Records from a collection

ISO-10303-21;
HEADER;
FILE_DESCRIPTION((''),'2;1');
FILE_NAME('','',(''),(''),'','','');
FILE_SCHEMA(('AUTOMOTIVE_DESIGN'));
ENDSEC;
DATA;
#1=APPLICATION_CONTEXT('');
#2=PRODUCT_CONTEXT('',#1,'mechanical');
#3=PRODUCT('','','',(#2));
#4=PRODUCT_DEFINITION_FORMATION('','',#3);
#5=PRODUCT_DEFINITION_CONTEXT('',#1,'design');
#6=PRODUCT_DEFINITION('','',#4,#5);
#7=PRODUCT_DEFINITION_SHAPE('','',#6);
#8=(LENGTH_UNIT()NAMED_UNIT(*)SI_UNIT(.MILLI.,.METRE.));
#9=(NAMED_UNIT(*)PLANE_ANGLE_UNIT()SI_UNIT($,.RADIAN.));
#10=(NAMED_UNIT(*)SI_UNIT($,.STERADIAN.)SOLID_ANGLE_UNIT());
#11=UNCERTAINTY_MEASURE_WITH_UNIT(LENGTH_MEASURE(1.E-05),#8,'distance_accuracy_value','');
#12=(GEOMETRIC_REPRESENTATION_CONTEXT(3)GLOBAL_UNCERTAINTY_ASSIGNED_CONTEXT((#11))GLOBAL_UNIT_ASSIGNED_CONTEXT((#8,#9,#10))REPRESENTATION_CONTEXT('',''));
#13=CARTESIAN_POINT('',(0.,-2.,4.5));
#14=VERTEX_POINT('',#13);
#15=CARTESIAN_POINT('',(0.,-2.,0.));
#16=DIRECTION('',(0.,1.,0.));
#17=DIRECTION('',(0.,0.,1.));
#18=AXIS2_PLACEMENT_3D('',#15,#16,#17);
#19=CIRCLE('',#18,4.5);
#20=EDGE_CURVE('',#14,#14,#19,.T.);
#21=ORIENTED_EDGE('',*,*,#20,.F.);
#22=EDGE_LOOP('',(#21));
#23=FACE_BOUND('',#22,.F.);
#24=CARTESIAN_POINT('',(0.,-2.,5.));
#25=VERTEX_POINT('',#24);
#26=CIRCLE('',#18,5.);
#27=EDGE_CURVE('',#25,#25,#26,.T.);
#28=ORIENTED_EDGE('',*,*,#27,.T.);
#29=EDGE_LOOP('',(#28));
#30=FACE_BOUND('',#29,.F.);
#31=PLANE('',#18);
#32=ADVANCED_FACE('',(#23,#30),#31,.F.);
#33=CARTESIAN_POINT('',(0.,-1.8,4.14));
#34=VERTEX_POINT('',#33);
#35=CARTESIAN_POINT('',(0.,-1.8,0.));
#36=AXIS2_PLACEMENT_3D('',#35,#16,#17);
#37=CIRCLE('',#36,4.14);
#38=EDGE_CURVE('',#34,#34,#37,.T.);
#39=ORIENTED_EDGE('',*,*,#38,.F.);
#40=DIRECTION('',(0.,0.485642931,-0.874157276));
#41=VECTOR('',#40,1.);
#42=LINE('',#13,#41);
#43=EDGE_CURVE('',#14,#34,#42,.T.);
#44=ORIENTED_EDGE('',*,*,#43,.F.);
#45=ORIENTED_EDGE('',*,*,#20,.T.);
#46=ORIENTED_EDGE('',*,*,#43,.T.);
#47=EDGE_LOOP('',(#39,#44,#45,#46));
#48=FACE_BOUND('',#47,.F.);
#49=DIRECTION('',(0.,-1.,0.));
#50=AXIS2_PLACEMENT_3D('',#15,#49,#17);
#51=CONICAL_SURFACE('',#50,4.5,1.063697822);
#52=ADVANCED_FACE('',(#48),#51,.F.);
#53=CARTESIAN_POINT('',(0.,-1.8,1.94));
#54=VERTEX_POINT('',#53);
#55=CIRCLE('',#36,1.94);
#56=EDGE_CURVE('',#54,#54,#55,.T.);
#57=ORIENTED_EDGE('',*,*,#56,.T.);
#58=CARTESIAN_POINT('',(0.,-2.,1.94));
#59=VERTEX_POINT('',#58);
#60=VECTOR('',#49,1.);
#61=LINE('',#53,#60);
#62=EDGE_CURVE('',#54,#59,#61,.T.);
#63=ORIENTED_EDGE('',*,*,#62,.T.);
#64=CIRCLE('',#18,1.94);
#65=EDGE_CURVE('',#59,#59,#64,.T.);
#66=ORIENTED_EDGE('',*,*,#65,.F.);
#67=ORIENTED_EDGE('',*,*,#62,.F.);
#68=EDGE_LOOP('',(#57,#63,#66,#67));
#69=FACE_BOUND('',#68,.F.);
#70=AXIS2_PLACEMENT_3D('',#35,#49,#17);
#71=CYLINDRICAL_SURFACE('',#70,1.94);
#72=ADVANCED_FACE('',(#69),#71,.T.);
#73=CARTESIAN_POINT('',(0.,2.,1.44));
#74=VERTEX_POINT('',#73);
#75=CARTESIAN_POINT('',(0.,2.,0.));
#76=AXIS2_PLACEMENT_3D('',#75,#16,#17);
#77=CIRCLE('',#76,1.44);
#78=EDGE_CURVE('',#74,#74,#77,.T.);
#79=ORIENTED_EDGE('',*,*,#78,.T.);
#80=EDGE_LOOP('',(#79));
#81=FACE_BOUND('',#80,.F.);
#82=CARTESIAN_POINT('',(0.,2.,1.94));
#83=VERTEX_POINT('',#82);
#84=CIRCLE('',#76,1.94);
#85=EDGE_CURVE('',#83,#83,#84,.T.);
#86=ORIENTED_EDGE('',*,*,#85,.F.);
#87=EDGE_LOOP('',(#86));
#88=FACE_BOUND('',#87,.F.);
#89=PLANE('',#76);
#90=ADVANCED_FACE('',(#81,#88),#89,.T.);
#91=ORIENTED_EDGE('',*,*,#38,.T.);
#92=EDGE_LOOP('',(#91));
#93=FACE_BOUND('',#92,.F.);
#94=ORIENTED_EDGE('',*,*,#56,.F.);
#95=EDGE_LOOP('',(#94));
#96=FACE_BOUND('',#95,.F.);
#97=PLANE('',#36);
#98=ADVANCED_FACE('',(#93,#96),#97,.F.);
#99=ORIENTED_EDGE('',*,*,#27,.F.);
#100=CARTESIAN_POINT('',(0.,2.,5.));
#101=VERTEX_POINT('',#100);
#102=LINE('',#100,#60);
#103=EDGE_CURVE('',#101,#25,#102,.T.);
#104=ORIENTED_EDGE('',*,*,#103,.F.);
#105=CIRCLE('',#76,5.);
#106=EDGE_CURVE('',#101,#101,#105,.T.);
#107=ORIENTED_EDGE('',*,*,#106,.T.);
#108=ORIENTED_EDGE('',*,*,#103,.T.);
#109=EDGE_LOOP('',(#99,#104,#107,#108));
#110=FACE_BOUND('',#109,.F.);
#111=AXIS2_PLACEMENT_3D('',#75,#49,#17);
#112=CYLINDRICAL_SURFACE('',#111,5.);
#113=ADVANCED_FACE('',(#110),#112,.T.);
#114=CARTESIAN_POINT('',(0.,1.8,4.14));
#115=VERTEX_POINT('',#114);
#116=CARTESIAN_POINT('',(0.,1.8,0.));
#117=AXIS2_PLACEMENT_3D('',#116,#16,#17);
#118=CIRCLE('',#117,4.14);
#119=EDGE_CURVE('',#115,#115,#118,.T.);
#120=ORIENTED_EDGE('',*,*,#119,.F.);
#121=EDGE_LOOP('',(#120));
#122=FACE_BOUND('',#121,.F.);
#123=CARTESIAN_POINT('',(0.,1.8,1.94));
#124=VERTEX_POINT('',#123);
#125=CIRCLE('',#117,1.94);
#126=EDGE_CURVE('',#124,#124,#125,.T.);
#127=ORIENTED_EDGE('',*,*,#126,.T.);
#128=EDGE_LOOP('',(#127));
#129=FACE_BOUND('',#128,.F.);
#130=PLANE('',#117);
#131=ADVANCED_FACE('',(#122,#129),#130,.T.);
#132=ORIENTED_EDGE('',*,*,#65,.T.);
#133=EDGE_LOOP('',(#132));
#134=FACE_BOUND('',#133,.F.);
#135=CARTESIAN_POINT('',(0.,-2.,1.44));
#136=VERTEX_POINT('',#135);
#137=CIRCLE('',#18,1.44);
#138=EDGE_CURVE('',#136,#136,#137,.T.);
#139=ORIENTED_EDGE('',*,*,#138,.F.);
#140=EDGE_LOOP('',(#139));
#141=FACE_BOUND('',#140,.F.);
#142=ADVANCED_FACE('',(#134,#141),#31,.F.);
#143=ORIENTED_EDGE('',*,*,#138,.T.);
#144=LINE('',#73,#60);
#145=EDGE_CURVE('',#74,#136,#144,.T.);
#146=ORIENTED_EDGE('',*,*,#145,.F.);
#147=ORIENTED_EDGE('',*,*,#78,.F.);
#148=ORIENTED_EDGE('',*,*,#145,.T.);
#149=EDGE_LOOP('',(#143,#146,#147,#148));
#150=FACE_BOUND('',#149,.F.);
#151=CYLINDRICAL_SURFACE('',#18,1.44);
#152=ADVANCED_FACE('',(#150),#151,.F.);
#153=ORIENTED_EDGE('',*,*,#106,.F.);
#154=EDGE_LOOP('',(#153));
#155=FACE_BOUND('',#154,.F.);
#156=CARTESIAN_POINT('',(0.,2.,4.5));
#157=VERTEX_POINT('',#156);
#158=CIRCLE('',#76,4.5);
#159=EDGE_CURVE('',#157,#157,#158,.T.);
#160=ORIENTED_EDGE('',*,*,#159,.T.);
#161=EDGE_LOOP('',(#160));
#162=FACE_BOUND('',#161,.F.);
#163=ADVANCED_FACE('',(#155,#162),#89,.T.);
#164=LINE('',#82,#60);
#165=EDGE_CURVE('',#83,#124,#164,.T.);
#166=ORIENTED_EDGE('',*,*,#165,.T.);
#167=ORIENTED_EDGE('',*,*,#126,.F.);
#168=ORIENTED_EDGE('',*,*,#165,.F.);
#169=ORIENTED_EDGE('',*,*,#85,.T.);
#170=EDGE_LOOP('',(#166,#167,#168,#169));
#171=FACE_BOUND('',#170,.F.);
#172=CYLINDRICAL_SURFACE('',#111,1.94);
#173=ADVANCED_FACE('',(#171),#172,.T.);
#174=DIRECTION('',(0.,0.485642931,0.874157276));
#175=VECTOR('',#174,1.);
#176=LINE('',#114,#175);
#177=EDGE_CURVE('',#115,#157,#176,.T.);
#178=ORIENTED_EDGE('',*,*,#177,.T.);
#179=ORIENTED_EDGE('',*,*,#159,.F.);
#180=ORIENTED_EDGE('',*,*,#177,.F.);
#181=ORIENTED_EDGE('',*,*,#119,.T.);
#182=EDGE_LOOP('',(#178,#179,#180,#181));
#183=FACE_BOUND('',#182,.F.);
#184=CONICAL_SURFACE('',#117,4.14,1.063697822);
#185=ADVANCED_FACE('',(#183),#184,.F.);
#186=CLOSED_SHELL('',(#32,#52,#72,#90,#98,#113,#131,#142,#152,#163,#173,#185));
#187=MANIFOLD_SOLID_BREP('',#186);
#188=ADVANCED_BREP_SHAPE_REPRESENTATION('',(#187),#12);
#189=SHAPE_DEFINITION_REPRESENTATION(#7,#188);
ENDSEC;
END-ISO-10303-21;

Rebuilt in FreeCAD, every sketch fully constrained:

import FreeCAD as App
import Part
import Sketcher
Q = App.Units.Quantity

doc = App.newDocument("Part")
body = doc.addObject("PartDesign::Body", "Body")

# Sketch on YZ plane
sketch1 = body.newObject("Sketcher::SketchObject", "Sketch")
sketch1.AttachmentSupport = (doc.getObject("YZ_Plane"), [""])
sketch1.MapMode = "FlatFace"
sketch1.addGeometry([
    Part.LineSegment(App.Vector(-2, 1.44, 0), App.Vector(2, 1.44, 0)),  # 0
    Part.LineSegment(App.Vector(2, 1.44, 0), App.Vector(2, 1.94, 0)),  # 1
    Part.LineSegment(App.Vector(2, 1.94, 0), App.Vector(1.8, 1.94, 0)),  # 2
    Part.LineSegment(App.Vector(1.8, 1.94, 0), App.Vector(1.8, 4.14, 0)),  # 3
    Part.LineSegment(App.Vector(1.8, 4.14, 0), App.Vector(2, 4.5, 0)),  # 4
    Part.LineSegment(App.Vector(2, 4.5, 0), App.Vector(2, 5, 0)),  # 5
    Part.LineSegment(App.Vector(2, 5, 0), App.Vector(-2, 5, 0)),  # 6
    Part.LineSegment(App.Vector(-2, 5, 0), App.Vector(-2, 4.5, 0)),  # 7
    Part.LineSegment(App.Vector(-2, 4.5, 0), App.Vector(-1.8, 4.14, 0)),  # 8
    Part.LineSegment(App.Vector(-1.8, 4.14, 0), App.Vector(-1.8, 1.94, 0)),  # 9
    Part.LineSegment(App.Vector(-1.8, 1.94, 0), App.Vector(-2, 1.94, 0)),  # 10
    Part.LineSegment(App.Vector(-2, 1.94, 0), App.Vector(-2, 1.44, 0)),  # 11
], False)
sketch1.addConstraint([
    Sketcher.Constraint("Coincident", 0, 2, 1, 1),
    Sketcher.Constraint("Coincident", 1, 2, 2, 1),
    Sketcher.Constraint("Coincident", 2, 2, 3, 1),
    Sketcher.Constraint("Coincident", 3, 2, 4, 1),
    Sketcher.Constraint("Coincident", 4, 2, 5, 1),
    Sketcher.Constraint("Coincident", 5, 2, 6, 1),
    Sketcher.Constraint("Coincident", 6, 2, 7, 1),
    Sketcher.Constraint("Coincident", 7, 2, 8, 1),
    Sketcher.Constraint("Coincident", 8, 2, 9, 1),
    Sketcher.Constraint("Coincident", 9, 2, 10, 1),
    Sketcher.Constraint("Coincident", 10, 2, 11, 1),
    Sketcher.Constraint("Coincident", 11, 2, 0, 1),
    Sketcher.Constraint("Horizontal", 0),
    Sketcher.Constraint("Vertical", 1),
    Sketcher.Constraint("Horizontal", 2),
    Sketcher.Constraint("Vertical", 3),
    Sketcher.Constraint("Vertical", 5),
    Sketcher.Constraint("Horizontal", 6),
    Sketcher.Constraint("Vertical", 7),
    Sketcher.Constraint("Vertical", 9),
    Sketcher.Constraint("Horizontal", 10),
    Sketcher.Constraint("Vertical", 11),
    Sketcher.Constraint("Symmetric", 4, 2, 7, 2, -2),
    Sketcher.Constraint("Symmetric", 3, 2, 8, 2, -2),
    Sketcher.Constraint("Symmetric", 1, 2, 10, 2, -2),
    Sketcher.Constraint("Vertical", 1, 2, 4, 2),
    Sketcher.Constraint("Equal", 1, 5),
    Sketcher.Constraint("DistanceX", 0, 1, 0, 2, Q("4 mm")),
    Sketcher.Constraint("DistanceX", 2, 2, 2, 1, Q("0.2 mm")),
    Sketcher.Constraint("DistanceY", 1, 1, 1, 2, Q("0.5 mm")),
    Sketcher.Constraint("DistanceY", 3, 1, 3, 2, Q("2.2 mm")),
    Sketcher.Constraint("DistanceY", -1, 1, 5, 2, Q("5 mm")),
    Sketcher.Constraint("DistanceY", -1, 1, 0, 2, Q("1.44 mm")),
])
revolution = body.newObject("PartDesign::Revolution", "Revolution")
revolution.Profile = sketch1
revolution.ReferenceAxis = (sketch1, ["H_Axis"])
revolution.Angle = 360

doc.recompute()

Brief: From the records above, quote only the lines running from the line with "#67=ORIENTED_EDGE('',*,*,#62,.F.);" to the line with "#113=ADVANCED_FACE('',(#110),#112,.T.);", both lines included.

Answer section:
#67=ORIENTED_EDGE('',*,*,#62,.F.);
#68=EDGE_LOOP('',(#57,#63,#66,#67));
#69=FACE_BOUND('',#68,.F.);
#70=AXIS2_PLACEMENT_3D('',#35,#49,#17);
#71=CYLINDRICAL_SURFACE('',#70,1.94);
#72=ADVANCED_FACE('',(#69),#71,.T.);
#73=CARTESIAN_POINT('',(0.,2.,1.44));
#74=VERTEX_POINT('',#73);
#75=CARTESIAN_POINT('',(0.,2.,0.));
#76=AXIS2_PLACEMENT_3D('',#75,#16,#17);
#77=CIRCLE('',#76,1.44);
#78=EDGE_CURVE('',#74,#74,#77,.T.);
#79=ORIENTED_EDGE('',*,*,#78,.T.);
#80=EDGE_LOOP('',(#79));
#81=FACE_BOUND('',#80,.F.);
#82=CARTESIAN_POINT('',(0.,2.,1.94));
#83=VERTEX_POINT('',#82);
#84=CIRCLE('',#76,1.94);
#85=EDGE_CURVE('',#83,#83,#84,.T.);
#86=ORIENTED_EDGE('',*,*,#85,.F.);
#87=EDGE_LOOP('',(#86));
#88=FACE_BOUND('',#87,.F.);
#89=PLANE('',#76);
#90=ADVANCED_FACE('',(#81,#88),#89,.T.);
#91=ORIENTED_EDGE('',*,*,#38,.T.);
#92=EDGE_LOOP('',(#91));
#93=FACE_BOUND('',#92,.F.);
#94=ORIENTED_EDGE('',*,*,#56,.F.);
#95=EDGE_LOOP('',(#94));
#96=FACE_BOUND('',#95,.F.);
#97=PLANE('',#36);
#98=ADVANCED_FACE('',(#93,#96),#97,.F.);
#99=ORIENTED_EDGE('',*,*,#27,.F.);
#100=CARTESIAN_POINT('',(0.,2.,5.));
#101=VERTEX_POINT('',#100);
#102=LINE('',#100,#60);
#103=EDGE_CURVE('',#101,#25,#102,.T.);
#104=ORIENTED_EDGE('',*,*,#103,.F.);
#105=CIRCLE('',#76,5.);
#106=EDGE_CURVE('',#101,#101,#105,.T.);
#107=ORIENTED_EDGE('',*,*,#106,.T.);
#108=ORIENTED_EDGE('',*,*,#103,.T.);
#109=EDGE_LOOP('',(#99,#104,#107,#108));
#110=FACE_BOUND('',#109,.F.);
#111=AXIS2_PLACEMENT_3D('',#75,#49,#17);
#112=CYLINDRICAL_SURFACE('',#111,5.);
#113=ADVANCED_FACE('',(#110),#112,.T.);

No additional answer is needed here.